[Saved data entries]
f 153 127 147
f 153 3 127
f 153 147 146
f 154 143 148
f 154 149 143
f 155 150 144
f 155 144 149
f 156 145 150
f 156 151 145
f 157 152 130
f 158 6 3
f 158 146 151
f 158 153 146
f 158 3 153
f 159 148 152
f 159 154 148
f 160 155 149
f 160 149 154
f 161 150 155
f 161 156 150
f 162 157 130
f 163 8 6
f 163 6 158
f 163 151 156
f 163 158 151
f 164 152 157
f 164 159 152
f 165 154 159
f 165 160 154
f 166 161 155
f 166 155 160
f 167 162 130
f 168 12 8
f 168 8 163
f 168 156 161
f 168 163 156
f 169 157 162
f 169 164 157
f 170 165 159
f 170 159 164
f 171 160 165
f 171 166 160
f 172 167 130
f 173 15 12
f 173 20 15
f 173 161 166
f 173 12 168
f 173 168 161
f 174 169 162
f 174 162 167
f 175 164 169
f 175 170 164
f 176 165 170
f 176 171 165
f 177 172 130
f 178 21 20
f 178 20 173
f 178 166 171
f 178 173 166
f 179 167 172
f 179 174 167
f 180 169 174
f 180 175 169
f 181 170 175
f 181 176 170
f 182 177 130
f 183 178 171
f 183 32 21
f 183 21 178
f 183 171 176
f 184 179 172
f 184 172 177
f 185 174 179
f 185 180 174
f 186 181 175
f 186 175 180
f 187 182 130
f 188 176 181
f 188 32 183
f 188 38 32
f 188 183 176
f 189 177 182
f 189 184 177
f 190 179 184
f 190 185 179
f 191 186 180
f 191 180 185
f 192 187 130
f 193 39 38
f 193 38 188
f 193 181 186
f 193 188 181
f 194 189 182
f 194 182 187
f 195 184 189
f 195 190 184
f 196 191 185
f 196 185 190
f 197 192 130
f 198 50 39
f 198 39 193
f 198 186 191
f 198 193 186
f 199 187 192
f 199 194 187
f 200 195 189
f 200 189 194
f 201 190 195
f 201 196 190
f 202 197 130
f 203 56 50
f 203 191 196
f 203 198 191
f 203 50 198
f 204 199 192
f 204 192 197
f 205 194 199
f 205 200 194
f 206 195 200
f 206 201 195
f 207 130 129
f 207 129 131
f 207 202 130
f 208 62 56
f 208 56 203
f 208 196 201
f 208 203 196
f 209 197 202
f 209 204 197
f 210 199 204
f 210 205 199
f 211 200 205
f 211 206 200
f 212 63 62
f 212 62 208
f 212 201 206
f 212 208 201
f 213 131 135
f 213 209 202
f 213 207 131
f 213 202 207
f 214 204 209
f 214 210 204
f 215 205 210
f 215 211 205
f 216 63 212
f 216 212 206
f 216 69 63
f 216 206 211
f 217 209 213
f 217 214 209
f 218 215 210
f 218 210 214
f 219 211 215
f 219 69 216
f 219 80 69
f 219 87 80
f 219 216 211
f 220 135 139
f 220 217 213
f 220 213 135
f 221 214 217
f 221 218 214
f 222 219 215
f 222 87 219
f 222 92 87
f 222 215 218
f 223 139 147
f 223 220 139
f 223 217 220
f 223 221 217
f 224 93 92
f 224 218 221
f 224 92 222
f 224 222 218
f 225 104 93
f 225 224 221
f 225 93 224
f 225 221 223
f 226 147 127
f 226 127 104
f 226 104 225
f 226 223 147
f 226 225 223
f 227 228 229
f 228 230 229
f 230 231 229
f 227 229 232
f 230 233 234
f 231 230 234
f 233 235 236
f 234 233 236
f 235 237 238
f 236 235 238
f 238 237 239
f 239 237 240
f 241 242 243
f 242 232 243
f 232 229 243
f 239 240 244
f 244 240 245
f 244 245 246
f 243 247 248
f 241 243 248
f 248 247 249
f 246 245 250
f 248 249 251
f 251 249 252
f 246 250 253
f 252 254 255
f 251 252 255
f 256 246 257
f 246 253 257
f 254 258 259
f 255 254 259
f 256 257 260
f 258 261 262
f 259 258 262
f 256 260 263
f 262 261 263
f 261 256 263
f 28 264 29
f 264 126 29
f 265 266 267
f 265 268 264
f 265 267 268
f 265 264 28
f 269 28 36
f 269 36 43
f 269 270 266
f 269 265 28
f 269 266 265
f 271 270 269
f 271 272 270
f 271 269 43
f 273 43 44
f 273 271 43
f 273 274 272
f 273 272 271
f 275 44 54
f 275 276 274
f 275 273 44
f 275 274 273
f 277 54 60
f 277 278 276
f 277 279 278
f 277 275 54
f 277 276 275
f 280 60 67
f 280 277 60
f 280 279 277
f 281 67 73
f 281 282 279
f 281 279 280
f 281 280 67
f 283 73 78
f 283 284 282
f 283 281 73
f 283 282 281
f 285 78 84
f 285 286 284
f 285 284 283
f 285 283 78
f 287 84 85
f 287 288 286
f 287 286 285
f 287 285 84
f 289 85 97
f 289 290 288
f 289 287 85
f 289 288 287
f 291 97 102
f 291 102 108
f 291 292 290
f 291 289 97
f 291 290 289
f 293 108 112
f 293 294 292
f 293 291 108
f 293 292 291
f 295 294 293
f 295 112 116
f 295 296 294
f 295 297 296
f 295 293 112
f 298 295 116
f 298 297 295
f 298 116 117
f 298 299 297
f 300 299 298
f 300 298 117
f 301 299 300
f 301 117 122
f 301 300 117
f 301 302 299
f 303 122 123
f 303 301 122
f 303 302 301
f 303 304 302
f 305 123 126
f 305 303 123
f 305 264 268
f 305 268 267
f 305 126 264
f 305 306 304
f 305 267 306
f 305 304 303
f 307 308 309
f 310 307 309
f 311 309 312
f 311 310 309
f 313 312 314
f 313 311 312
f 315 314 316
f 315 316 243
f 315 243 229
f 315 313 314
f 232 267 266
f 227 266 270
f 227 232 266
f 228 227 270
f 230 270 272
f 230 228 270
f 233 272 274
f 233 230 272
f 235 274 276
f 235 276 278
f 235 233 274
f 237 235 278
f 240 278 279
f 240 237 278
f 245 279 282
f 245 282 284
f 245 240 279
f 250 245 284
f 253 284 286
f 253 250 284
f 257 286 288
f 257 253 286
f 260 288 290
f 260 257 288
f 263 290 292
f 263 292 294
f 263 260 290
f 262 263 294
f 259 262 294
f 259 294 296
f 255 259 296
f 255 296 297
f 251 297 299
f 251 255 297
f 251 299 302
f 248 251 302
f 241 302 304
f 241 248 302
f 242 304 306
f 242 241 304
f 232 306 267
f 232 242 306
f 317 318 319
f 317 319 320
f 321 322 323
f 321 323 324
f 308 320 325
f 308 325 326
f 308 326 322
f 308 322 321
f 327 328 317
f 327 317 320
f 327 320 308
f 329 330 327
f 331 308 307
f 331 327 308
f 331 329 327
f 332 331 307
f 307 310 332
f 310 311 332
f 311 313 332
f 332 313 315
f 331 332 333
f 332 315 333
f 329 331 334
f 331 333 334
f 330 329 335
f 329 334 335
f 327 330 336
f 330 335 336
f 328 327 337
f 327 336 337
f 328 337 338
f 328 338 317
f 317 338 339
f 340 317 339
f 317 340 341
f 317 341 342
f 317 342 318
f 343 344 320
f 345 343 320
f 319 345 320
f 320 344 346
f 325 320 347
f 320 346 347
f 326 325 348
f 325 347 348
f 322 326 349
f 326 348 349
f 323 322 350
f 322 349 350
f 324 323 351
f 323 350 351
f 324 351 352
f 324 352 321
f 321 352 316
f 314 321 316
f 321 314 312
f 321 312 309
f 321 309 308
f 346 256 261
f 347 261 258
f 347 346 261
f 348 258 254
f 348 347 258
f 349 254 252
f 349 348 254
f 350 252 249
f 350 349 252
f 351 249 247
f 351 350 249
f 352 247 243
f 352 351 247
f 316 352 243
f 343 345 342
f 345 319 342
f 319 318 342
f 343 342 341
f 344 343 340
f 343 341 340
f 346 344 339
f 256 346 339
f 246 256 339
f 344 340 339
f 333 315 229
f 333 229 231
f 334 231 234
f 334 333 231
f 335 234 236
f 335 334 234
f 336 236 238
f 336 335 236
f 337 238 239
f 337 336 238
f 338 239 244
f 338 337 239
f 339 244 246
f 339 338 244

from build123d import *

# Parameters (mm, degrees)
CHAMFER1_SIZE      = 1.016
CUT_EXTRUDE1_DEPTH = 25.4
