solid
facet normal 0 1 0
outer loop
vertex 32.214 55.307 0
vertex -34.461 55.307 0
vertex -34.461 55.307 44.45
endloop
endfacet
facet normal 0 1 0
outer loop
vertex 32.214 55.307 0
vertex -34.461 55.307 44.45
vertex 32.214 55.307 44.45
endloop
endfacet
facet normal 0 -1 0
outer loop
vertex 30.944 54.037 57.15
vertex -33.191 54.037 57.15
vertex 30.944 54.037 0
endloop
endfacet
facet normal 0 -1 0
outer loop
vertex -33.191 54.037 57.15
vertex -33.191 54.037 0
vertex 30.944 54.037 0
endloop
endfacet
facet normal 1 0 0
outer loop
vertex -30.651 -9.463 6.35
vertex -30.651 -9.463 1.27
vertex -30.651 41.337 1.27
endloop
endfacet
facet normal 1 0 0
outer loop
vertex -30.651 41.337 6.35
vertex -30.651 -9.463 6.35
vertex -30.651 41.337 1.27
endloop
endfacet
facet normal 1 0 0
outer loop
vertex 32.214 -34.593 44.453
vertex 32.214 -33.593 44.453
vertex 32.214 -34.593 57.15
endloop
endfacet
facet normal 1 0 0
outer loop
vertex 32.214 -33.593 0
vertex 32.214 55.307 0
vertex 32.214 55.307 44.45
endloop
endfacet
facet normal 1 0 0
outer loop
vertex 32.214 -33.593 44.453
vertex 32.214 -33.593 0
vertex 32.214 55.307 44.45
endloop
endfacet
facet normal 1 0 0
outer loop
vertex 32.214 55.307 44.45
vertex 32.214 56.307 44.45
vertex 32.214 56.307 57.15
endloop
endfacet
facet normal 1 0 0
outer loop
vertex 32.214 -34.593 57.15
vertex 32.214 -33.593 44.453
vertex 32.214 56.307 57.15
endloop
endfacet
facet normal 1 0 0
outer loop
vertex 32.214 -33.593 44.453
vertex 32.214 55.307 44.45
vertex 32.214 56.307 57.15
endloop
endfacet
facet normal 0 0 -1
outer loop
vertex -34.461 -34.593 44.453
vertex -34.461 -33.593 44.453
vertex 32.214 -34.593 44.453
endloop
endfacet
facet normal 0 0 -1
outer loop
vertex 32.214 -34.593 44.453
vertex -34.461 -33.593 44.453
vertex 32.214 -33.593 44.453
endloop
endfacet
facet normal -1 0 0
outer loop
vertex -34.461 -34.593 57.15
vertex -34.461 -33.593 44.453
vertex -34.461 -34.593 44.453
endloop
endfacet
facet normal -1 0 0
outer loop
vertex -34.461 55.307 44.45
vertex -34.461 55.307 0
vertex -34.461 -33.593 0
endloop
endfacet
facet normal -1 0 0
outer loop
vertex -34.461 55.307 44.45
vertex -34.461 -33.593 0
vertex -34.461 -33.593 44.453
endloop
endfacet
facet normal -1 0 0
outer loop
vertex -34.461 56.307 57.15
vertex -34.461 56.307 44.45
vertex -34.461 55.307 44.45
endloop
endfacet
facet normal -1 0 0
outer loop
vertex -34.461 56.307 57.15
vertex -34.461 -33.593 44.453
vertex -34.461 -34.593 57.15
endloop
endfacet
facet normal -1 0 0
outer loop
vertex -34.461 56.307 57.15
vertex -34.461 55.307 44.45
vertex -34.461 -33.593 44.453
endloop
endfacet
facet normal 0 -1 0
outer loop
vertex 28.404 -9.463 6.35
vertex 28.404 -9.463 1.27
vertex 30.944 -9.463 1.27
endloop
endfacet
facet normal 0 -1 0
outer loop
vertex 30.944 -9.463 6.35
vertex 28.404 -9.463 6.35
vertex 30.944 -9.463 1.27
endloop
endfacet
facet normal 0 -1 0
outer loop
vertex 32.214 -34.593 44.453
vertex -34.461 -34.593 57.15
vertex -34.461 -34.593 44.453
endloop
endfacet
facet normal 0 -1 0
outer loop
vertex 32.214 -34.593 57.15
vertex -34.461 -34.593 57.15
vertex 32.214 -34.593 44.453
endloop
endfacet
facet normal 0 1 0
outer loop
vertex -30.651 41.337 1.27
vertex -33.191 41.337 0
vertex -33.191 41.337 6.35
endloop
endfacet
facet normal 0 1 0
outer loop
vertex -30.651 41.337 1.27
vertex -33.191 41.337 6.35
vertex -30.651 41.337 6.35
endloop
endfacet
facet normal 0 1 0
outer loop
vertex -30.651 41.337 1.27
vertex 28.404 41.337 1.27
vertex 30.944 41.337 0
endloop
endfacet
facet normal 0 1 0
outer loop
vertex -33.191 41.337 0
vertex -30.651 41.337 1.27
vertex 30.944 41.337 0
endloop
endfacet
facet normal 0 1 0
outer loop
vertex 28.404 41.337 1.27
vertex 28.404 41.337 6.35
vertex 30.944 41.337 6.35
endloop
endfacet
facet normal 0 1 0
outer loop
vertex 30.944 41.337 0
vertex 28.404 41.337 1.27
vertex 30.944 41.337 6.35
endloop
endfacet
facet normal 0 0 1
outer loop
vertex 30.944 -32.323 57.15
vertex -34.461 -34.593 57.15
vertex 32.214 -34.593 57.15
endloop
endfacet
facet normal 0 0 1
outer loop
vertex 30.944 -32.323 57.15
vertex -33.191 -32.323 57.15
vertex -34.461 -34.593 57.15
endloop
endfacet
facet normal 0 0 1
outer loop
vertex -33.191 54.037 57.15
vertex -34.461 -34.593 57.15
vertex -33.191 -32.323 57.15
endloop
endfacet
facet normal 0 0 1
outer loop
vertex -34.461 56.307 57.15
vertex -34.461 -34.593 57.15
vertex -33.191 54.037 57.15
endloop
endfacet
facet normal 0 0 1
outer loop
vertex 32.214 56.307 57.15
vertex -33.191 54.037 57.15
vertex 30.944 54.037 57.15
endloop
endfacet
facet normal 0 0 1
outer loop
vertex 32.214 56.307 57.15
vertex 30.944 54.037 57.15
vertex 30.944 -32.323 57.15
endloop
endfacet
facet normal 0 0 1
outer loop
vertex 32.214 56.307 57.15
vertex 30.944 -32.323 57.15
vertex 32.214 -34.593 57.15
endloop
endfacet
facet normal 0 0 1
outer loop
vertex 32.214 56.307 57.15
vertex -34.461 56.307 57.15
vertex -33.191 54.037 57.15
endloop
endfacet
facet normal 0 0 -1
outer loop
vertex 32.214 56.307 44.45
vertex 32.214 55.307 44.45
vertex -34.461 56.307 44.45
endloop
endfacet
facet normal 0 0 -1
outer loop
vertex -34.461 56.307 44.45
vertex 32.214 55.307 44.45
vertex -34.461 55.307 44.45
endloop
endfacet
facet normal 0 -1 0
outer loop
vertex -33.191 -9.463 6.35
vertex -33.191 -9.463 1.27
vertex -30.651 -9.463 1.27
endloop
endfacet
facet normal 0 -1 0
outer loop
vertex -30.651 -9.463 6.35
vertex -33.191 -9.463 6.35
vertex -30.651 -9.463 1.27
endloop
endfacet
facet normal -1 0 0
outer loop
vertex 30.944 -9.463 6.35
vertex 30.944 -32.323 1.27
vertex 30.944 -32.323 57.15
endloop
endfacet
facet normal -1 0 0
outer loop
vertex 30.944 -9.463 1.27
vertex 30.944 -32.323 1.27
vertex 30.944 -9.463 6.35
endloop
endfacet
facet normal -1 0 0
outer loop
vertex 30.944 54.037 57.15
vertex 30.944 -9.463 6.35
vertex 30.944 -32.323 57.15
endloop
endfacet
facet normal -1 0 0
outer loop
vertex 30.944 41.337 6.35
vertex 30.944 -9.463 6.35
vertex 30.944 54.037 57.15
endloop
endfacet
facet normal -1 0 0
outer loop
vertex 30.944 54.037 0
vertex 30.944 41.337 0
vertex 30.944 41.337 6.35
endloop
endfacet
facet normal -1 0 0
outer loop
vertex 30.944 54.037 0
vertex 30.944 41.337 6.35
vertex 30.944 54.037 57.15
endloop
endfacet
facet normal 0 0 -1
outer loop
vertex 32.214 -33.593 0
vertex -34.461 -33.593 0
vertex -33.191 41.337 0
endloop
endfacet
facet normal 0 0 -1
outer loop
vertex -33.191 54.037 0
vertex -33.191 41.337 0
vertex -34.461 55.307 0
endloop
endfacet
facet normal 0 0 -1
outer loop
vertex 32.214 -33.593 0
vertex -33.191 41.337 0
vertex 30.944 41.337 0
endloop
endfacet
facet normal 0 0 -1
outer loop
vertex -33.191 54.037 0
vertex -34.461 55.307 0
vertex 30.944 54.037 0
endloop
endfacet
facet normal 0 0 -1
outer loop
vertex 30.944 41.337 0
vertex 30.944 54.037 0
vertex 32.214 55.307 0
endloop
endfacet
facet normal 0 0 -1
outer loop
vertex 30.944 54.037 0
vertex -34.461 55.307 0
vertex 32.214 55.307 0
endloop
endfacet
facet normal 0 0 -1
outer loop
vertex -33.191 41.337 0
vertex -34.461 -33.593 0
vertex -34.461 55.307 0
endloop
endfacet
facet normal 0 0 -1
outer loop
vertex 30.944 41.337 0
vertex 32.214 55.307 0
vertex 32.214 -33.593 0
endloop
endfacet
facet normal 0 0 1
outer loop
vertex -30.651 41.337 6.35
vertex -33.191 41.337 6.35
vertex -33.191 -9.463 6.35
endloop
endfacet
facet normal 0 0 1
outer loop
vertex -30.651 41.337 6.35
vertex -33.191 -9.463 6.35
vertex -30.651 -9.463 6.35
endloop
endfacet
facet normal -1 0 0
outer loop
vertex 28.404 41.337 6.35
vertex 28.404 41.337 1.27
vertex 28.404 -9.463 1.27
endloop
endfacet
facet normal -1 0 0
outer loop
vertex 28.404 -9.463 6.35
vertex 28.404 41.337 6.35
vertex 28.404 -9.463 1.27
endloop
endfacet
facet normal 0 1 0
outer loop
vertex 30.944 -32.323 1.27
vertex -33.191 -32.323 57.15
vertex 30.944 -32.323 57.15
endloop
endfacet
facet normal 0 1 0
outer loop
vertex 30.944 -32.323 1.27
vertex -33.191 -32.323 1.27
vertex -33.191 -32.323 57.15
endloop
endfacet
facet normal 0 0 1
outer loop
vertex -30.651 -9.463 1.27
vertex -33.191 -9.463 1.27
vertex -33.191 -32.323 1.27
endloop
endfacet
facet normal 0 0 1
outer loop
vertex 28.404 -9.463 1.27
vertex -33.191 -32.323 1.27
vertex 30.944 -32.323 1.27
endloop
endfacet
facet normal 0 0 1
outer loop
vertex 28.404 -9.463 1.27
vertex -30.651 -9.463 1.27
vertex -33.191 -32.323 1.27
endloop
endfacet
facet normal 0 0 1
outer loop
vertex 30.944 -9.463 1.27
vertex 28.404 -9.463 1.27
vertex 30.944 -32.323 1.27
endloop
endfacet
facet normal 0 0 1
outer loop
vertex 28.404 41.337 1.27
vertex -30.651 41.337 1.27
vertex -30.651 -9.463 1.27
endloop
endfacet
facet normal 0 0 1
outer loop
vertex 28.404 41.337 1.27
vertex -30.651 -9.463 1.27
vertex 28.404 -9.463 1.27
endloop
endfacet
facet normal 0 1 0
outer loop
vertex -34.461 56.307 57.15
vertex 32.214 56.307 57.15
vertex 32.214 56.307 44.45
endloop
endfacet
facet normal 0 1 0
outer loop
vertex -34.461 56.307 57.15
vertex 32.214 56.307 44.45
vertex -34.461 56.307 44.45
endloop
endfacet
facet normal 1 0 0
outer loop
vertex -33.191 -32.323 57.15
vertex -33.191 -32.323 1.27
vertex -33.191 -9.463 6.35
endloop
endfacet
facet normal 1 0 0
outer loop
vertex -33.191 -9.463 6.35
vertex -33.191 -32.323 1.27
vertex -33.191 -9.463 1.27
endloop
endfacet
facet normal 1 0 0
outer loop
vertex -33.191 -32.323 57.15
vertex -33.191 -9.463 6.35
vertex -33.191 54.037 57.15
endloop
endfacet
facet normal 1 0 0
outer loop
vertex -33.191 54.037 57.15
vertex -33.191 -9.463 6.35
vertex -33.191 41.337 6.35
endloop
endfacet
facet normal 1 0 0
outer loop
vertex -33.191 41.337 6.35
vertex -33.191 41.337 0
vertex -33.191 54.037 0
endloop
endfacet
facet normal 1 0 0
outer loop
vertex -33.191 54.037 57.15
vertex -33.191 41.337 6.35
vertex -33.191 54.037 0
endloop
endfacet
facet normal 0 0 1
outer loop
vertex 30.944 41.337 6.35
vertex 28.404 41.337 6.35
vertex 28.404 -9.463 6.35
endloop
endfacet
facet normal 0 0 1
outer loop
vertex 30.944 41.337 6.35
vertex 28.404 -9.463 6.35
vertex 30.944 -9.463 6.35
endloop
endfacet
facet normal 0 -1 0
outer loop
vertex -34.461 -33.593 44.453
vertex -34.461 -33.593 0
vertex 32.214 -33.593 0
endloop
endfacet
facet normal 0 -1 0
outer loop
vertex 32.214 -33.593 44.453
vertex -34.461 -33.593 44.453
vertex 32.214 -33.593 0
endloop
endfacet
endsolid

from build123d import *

# Parameters (mm, degrees)
F0_W     = 66.675
F0_H     = 88.9
F1_DEPTH = 57.15
F2_T     = -1.27
F4_DEPTH = 5.08
F5_W     = 66.675
F5_H     = 12.7
F6_DEPTH = 1
F7_W     = 66.675
F7_H     = 12.6965791702
F8_DEPTH = 1
F9_DEPTH = 25.4


with BuildPart() as f1:
    # F0 (on Top) → F1 (new body)
    with BuildSketch(Plane.XY):
        with Locations((-1.1231470853, 10.8568438743)):
            Rectangle(F0_W, F0_H)
    extrude(amount=F1_DEPTH)

    # F2
    f2_openings = [f1.faces().sort_by_distance(p)[0] for p in [
        (-1.123147, 10.856844, 57.15),
    ]]
    offset(amount=F2_T, openings=f2_openings)

    # F3 (on face) → F4 (join)
    with BuildSketch(Plane.XY.offset(1.27)):
        Polygon((30.9443529147, 41.3368438743), (28.4043529147, 41.3368438743), (28.4043529147, -0.1921561257), (28.4043529147, -3.3671561257), (28.4043529147, -9.4631561257), (30.9443529147, -9.4631561257), align=None)
        Polygon((-30.6506470853, 41.3368438743), (-33.1906470853, 41.3368438743), (-33.1906470853, -9.4631561257), (-30.6506470853, -9.4631561257), (-30.6506470853, -3.3671561257), (-30.6506470853, -0.1921561257), align=None)
    extrude(amount=F4_DEPTH)

    # F5 (on face) → F6 (join)
    with BuildSketch(Plane(origin=(0, 55.3068438743, 0), x_dir=(-1, 0, 0), z_dir=(0, 1, 0))):
        with Locations((1.1231470853, 50.8)):
            Rectangle(F5_W, F5_H)
    extrude(amount=F6_DEPTH)

    # F7 (on face) → F8 (join)
    with BuildSketch(Plane.XZ.offset(33.5931561257)):
        with Locations((-1.1231470853, 50.8017104149)):
            Rectangle(F7_W, F7_H)
    extrude(amount=F8_DEPTH)

    # F3 (on face) → F9 (cut)
    with BuildSketch(Plane.XY.offset(1.27)):
        Polygon((-33.1906470853, 54.0368438743), (-33.1906470853, 41.3368438743), (-30.6506470853, 41.3368438743), (28.4043529147, 41.3368438743), (30.9443529147, 41.3368438743), (30.9443529147, 54.0368438743), align=None)
    extrude(amount=-F9_DEPTH, mode=Mode.SUBTRACT)


solid = f1.part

> **How to complete this task**
Taking the entries above, write out exactly the lines starting with the line containing "f 322 326 349" and going on through the line containing "f 343 342 341", both included, and nothing else.

> **Answer for this exercise**
f 322 326 349
f 326 348 349
f 323 322 350
f 322 349 350
f 324 323 351
f 323 350 351
f 324 351 352
f 324 352 321
f 321 352 316
f 314 321 316
f 321 314 312
f 321 312 309
f 321 309 308
f 346 256 261
f 347 261 258
f 347 346 261
f 348 258 254
f 348 347 258
f 349 254 252
f 349 348 254
f 350 252 249
f 350 349 252
f 351 249 247
f 351 350 249
f 352 247 243
f 352 351 247
f 316 352 243
f 343 345 342
f 345 319 342
f 319 318 342
f 343 342 341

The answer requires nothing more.